Collected data
◆ ◆ ◆

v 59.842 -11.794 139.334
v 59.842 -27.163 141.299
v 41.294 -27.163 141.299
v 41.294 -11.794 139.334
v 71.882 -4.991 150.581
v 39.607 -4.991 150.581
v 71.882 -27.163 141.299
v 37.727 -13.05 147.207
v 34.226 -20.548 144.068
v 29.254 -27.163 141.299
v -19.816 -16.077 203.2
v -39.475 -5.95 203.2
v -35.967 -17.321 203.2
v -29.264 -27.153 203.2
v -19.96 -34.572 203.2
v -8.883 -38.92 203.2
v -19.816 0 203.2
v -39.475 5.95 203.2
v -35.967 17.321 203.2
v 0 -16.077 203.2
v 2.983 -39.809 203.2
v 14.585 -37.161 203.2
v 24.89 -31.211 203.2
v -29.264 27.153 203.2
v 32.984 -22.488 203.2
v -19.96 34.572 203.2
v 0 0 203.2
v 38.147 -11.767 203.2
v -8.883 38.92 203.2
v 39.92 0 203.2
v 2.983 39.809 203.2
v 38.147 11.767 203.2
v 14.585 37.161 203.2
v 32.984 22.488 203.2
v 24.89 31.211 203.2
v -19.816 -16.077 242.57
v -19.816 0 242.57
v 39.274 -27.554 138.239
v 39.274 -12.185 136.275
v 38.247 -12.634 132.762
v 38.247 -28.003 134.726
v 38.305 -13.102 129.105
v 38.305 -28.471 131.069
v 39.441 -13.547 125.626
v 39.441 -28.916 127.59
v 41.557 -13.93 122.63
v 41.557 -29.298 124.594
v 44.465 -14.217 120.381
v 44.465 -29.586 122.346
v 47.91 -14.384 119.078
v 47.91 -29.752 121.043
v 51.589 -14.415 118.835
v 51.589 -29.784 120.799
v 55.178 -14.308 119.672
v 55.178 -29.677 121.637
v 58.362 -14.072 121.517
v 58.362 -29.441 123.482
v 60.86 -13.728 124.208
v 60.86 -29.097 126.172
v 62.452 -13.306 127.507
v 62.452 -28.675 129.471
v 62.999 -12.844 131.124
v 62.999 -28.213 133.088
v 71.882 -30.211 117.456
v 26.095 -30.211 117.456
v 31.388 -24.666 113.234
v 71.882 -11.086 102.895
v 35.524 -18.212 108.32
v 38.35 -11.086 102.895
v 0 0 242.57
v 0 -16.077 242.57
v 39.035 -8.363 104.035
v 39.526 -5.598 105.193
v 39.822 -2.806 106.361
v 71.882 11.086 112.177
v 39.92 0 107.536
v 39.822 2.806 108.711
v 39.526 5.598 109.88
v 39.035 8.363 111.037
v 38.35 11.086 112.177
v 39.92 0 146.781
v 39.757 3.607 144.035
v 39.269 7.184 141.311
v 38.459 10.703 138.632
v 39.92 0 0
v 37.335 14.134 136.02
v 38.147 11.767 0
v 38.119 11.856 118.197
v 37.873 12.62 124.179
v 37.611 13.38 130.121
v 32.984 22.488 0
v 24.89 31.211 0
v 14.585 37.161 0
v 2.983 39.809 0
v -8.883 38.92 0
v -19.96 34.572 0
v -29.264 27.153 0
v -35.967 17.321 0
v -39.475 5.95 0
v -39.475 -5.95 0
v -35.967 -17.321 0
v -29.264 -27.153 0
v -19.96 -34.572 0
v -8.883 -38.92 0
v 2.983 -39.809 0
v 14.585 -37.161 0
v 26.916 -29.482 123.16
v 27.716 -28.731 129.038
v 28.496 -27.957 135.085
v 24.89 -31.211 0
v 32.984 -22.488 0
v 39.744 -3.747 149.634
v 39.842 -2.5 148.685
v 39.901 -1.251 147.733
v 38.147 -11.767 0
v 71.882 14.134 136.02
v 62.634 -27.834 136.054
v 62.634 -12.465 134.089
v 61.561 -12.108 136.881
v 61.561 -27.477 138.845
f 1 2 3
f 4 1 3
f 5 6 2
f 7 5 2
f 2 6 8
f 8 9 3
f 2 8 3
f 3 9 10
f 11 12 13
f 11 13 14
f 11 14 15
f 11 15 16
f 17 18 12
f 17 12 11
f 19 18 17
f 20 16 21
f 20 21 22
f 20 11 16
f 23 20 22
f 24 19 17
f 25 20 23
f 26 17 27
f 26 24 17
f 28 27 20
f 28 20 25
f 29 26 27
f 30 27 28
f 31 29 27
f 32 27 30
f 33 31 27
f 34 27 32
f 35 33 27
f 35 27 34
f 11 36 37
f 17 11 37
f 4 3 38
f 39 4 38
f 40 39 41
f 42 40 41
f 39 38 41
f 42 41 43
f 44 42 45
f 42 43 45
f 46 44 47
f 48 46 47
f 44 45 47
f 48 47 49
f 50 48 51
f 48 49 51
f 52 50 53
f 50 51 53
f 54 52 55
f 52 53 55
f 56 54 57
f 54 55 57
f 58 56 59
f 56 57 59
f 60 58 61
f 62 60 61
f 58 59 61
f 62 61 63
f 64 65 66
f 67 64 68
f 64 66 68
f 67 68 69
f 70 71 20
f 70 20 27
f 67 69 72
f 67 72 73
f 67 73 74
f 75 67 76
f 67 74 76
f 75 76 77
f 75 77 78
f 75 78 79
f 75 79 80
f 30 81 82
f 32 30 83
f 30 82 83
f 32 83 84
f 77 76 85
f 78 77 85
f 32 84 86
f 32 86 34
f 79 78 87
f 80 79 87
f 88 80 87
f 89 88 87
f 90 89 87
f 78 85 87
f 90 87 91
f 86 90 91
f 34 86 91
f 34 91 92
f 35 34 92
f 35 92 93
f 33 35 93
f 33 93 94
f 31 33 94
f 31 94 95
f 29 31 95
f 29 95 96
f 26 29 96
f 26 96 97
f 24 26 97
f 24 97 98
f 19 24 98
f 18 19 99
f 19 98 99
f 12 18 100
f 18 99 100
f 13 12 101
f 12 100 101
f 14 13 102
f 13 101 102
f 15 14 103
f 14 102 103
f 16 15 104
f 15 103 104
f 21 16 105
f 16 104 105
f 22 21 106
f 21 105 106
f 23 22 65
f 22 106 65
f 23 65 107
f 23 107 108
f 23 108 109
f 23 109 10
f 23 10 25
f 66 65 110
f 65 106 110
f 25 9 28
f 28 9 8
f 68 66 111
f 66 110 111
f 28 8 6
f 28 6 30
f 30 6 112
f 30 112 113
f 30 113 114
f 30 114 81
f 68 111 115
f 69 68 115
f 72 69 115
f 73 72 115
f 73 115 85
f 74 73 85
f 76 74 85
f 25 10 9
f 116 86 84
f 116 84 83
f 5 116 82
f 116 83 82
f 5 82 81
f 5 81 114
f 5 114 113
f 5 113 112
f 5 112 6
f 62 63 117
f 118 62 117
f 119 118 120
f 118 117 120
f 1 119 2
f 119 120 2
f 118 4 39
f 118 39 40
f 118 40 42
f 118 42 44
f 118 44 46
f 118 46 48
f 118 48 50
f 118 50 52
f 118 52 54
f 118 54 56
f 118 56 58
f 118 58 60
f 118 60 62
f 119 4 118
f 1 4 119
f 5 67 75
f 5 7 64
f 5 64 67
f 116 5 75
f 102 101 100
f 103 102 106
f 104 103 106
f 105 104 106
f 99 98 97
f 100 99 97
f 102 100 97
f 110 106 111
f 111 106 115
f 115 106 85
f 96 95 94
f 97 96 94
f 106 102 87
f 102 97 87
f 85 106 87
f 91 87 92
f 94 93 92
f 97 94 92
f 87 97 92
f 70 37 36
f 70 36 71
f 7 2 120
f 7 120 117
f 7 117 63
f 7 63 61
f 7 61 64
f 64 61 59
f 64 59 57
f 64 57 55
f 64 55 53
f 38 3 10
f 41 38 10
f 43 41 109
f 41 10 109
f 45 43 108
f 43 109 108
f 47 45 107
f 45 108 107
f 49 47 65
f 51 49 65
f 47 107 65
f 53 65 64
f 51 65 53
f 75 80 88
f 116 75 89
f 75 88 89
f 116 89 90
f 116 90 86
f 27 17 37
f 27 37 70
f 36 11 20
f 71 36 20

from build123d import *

# Parameters (mm, degrees)
F0_R     = 39.9204473095
F1_DEPTH = 203.2
F2_W     = 19.8161117733
F2_H     = 16.0770136863
F3_DEPTH = 39.37
F5_DEPTH = 71.882
F7_DEPTH = 15.494


with BuildPart() as f1:
    # F0 (on Top) → F1 (new body)
    with BuildSketch(Plane.XY):
        Circle(F0_R)
    extrude(amount=F1_DEPTH)

    # F2 (on face) → F3 (join)
    with BuildSketch(Plane.XY.offset(203.2)):
        with Locations((-9.9080558866, -8.0385068431)):
            Rectangle(F2_W, F2_H)
    extrude(amount=F3_DEPTH)

    # F4 (on face) → F5 (join)
    with BuildSketch(Plane.YZ):
        Polygon((-11.0862118476, 102.8951700695), (11.0862118476, 112.177238249), (14.1339168521, 136.0201545224), (-4.9908018387, 150.5810026161), (-27.1632255339, 141.2989344366), (-30.2109305384, 117.4560181633), align=None)
    extrude(amount=F5_DEPTH)

    # F6 (on face) → F7 (cut)
    with BuildSketch(Plane(origin=(0, -44.4976190456, 5.6878787267), x_dir=(1, 0, 0), z_dir=(0, -0.9919292372, 0.1267926987))):
        with BuildLine():
            ThreePointArc((41.2940425882, 136.7144455761), (46.1384221296, 116.821871488), (62.9989352422, 128.4367591143))
            ThreePointArc((62.9989352422, 128.4367591143), (62.182928441, 132.8663777994), (59.8420390413, 136.7144455761))
            Line((59.8420390413, 136.7144455761), (41.2940425882, 136.7144455761))
        make_face()
    extrude(amount=-F7_DEPTH, mode=Mode.SUBTRACT)


solid = f1.part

◆ ◆ ◆

## Exercise instructions
Starting at the first line of the records, print each line exactly, stopping after the line that contains "v 39.274 -12.185 136.275".

## Answer for this exercise
v 59.842 -11.794 139.334
v 59.842 -27.163 141.299
v 41.294 -27.163 141.299
v 41.294 -11.794 139.334
v 71.882 -4.991 150.581
v 39.607 -4.991 150.581
v 71.882 -27.163 141.299
v 37.727 -13.05 147.207
v 34.226 -20.548 144.068
v 29.254 -27.163 141.299
v -19.816 -16.077 203.2
v -39.475 -5.95 203.2
v -35.967 -17.321 203.2
v -29.264 -27.153 203.2
v -19.96 -34.572 203.2
v -8.883 -38.92 203.2
v -19.816 0 203.2
v -39.475 5.95 203.2
v -35.967 17.321 203.2
v 0 -16.077 203.2
v 2.983 -39.809 203.2
v 14.585 -37.161 203.2
v 24.89 -31.211 203.2
v -29.264 27.153 203.2
v 32.984 -22.488 203.2
v -19.96 34.572 203.2
v 0 0 203.2
v 38.147 -11.767 203.2
v -8.883 38.92 203.2
v 39.92 0 203.2
v 2.983 39.809 203.2
v 38.147 11.767 203.2
v 14.585 37.161 203.2
v 32.984 22.488 203.2
v 24.89 31.211 203.2
v -19.816 -16.077 242.57
v -19.816 0 242.57
v 39.274 -27.554 138.239
v 39.274 -12.185 136.275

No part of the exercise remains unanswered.